In the entries that follow, copy exactly each line from the first through the line with "v 2.8015 0 -0.5237".

Data
BEGIN

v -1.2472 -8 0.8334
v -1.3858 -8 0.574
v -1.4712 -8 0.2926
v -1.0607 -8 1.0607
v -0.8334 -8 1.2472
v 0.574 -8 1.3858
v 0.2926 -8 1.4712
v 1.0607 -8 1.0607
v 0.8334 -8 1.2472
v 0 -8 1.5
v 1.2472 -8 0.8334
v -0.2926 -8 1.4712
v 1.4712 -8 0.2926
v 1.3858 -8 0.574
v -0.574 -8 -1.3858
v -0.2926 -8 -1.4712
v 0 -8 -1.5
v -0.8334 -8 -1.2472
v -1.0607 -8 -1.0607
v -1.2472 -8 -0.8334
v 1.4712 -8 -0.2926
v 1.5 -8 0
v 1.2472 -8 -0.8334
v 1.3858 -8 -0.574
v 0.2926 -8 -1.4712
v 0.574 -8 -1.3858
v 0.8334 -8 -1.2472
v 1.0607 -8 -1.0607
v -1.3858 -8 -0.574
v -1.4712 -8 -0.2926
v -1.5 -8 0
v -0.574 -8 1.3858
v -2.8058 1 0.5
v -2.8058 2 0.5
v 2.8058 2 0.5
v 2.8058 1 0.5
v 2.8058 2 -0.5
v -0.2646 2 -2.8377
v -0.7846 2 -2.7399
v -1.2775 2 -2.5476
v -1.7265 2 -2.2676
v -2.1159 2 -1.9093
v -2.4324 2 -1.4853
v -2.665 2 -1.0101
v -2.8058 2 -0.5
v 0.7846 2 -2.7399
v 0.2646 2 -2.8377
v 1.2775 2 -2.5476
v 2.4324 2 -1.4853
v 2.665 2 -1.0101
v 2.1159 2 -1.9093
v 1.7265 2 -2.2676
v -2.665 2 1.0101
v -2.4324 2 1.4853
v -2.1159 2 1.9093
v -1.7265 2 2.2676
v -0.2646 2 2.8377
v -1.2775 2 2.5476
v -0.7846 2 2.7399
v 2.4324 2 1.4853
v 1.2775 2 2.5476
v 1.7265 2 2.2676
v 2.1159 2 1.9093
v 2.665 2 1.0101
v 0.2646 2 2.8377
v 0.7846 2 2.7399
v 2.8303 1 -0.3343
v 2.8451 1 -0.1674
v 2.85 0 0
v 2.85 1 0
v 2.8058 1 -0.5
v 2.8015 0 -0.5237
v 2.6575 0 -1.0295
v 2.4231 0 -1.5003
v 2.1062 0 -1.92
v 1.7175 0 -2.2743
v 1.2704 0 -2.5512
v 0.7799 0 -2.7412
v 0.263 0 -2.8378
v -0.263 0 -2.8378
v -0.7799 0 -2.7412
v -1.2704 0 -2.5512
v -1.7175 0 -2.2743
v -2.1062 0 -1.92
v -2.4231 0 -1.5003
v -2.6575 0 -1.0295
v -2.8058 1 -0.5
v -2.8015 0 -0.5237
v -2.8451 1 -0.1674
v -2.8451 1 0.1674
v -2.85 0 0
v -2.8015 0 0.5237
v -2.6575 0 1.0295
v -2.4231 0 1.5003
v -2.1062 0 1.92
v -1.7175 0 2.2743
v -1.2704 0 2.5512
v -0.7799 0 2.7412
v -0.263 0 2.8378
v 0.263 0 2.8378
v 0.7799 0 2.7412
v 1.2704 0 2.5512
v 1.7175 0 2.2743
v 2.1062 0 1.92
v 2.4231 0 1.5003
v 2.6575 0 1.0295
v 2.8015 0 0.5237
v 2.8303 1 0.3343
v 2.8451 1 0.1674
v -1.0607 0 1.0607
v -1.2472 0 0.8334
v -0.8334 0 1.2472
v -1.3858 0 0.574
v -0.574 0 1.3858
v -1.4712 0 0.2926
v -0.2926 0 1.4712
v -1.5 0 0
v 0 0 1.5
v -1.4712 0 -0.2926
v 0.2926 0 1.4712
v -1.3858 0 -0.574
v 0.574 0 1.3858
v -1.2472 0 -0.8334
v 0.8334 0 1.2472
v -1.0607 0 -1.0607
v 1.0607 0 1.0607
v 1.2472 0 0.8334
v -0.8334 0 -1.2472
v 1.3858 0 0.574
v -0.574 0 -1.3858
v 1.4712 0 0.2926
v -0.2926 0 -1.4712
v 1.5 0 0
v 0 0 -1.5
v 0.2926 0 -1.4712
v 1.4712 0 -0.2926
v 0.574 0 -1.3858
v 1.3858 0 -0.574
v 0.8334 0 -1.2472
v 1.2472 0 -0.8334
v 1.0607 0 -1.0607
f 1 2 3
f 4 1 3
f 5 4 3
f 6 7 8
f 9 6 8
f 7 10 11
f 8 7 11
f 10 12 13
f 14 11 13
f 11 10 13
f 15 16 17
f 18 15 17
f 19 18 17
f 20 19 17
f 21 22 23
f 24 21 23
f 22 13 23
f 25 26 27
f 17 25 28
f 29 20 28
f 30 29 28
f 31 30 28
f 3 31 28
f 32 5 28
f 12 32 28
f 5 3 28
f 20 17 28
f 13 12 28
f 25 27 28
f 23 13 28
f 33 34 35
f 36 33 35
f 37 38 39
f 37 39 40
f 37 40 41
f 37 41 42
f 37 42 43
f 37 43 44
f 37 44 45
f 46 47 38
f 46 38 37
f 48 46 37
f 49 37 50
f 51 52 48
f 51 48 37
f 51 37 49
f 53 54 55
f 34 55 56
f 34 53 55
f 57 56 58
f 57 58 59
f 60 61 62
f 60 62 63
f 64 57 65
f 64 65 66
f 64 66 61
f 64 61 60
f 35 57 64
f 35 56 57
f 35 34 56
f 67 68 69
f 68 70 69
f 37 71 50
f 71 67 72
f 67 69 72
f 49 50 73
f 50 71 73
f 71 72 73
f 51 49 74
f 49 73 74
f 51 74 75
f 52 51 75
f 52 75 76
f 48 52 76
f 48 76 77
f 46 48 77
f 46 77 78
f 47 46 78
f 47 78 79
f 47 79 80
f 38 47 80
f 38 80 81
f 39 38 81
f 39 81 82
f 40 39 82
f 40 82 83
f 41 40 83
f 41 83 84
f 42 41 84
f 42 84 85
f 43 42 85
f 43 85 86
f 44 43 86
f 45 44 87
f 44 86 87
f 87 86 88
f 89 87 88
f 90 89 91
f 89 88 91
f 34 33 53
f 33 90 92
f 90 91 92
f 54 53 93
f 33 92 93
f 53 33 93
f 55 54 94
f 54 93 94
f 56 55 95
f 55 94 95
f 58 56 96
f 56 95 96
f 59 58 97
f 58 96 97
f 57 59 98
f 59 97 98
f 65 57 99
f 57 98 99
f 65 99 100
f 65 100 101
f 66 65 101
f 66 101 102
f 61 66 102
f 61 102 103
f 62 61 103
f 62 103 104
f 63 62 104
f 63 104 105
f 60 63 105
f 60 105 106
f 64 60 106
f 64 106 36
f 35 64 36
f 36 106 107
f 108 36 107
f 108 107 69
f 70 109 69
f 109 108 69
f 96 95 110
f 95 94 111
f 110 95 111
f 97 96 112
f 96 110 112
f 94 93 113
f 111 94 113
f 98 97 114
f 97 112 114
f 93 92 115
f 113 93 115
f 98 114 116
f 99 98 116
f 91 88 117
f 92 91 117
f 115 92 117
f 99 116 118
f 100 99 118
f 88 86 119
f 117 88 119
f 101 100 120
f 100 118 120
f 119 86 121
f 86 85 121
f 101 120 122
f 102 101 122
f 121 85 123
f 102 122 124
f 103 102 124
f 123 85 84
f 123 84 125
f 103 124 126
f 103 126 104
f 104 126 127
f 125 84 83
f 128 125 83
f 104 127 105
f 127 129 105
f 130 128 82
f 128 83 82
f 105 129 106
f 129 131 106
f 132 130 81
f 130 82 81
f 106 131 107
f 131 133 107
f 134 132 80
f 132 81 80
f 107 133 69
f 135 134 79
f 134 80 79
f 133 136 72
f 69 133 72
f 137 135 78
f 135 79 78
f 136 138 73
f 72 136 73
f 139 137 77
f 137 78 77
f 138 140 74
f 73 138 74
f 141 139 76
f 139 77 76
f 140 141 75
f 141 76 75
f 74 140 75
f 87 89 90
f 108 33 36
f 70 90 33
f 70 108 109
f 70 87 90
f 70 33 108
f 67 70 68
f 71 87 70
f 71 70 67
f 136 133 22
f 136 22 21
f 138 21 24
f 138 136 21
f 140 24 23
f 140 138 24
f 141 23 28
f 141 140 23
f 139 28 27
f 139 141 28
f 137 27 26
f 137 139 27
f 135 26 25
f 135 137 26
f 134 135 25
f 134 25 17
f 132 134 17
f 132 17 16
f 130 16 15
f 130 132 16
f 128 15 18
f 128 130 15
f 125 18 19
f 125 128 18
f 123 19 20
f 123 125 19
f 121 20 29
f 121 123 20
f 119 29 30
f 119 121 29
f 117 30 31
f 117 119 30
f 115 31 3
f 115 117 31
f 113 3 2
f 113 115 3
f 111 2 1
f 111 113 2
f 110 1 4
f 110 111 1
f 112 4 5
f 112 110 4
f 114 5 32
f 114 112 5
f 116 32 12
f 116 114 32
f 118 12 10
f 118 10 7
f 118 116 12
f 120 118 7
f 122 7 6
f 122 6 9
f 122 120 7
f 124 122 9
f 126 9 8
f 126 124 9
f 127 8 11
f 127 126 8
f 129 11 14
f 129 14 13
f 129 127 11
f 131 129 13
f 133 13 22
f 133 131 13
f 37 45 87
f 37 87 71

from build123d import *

# Parameters (mm, degrees)
SKETCH1_R           = 2.85
BOSS_EXTRUDE1_DEPTH = 2
SKETCH2_R           = 1.5
BOSS_EXTRUDE2_DEPTH = 8
SKETCH3_W           = 6
SKETCH3_H           = 1
CUT_EXTRUDE1_DEPTH  = 1


with BuildPart() as part:
    # Sketch1 → Boss-Extrude1 (new body)
    with BuildSketch(Plane(origin=(0, 0, 0), x_dir=(1, 0, 0), z_dir=(0, 1, 0))):
        Circle(SKETCH1_R)
    extrude(amount=BOSS_EXTRUDE1_DEPTH)

    # Sketch2 → Boss-Extrude2 (add)
    with BuildSketch(Plane(origin=(0, 0, 0), x_dir=(1, 0, 0), z_dir=(0, 1, 0))):
        Circle(SKETCH2_R)
    extrude(amount=-BOSS_EXTRUDE2_DEPTH)

    # Sketch3 → Cut-Extrude1 (cut)
    with BuildSketch(Plane(origin=(0, 2, 0), x_dir=(1, 0, 0), z_dir=(0, 1, 0))):
        Rectangle(SKETCH3_W, SKETCH3_H)
    extrude(amount=-CUT_EXTRUDE1_DEPTH, mode=Mode.SUBTRACT)


solid = part.part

END

Exercise result
v -1.2472 -8 0.8334
v -1.3858 -8 0.574
v -1.4712 -8 0.2926
v -1.0607 -8 1.0607
v -0.8334 -8 1.2472
v 0.574 -8 1.3858
v 0.2926 -8 1.4712
v 1.0607 -8 1.0607
v 0.8334 -8 1.2472
v 0 -8 1.5
v 1.2472 -8 0.8334
v -0.2926 -8 1.4712
v 1.4712 -8 0.2926
v 1.3858 -8 0.574
v -0.574 -8 -1.3858
v -0.2926 -8 -1.4712
v 0 -8 -1.5
v -0.8334 -8 -1.2472
v -1.0607 -8 -1.0607
v -1.2472 -8 -0.8334
v 1.4712 -8 -0.2926
v 1.5 -8 0
v 1.2472 -8 -0.8334
v 1.3858 -8 -0.574
v 0.2926 -8 -1.4712
v 0.574 -8 -1.3858
v 0.8334 -8 -1.2472
v 1.0607 -8 -1.0607
v -1.3858 -8 -0.574
v -1.4712 -8 -0.2926
v -1.5 -8 0
v -0.574 -8 1.3858
v -2.8058 1 0.5
v -2.8058 2 0.5
v 2.8058 2 0.5
v 2.8058 1 0.5
v 2.8058 2 -0.5
v -0.2646 2 -2.8377
v -0.7846 2 -2.7399
v -1.2775 2 -2.5476
v -1.7265 2 -2.2676
v -2.1159 2 -1.9093
v -2.4324 2 -1.4853
v -2.665 2 -1.0101
v -2.8058 2 -0.5
v 0.7846 2 -2.7399
v 0.2646 2 -2.8377
v 1.2775 2 -2.5476
v 2.4324 2 -1.4853
v 2.665 2 -1.0101
v 2.1159 2 -1.9093
v 1.7265 2 -2.2676
v -2.665 2 1.0101
v -2.4324 2 1.4853
v -2.1159 2 1.9093
v -1.7265 2 2.2676
v -0.2646 2 2.8377
v -1.2775 2 2.5476
v -0.7846 2 2.7399
v 2.4324 2 1.4853
v 1.2775 2 2.5476
v 1.7265 2 2.2676
v 2.1159 2 1.9093
v 2.665 2 1.0101
v 0.2646 2 2.8377
v 0.7846 2 2.7399
v 2.8303 1 -0.3343
v 2.8451 1 -0.1674
v 2.85 0 0
v 2.85 1 0
v 2.8058 1 -0.5
v 2.8015 0 -0.5237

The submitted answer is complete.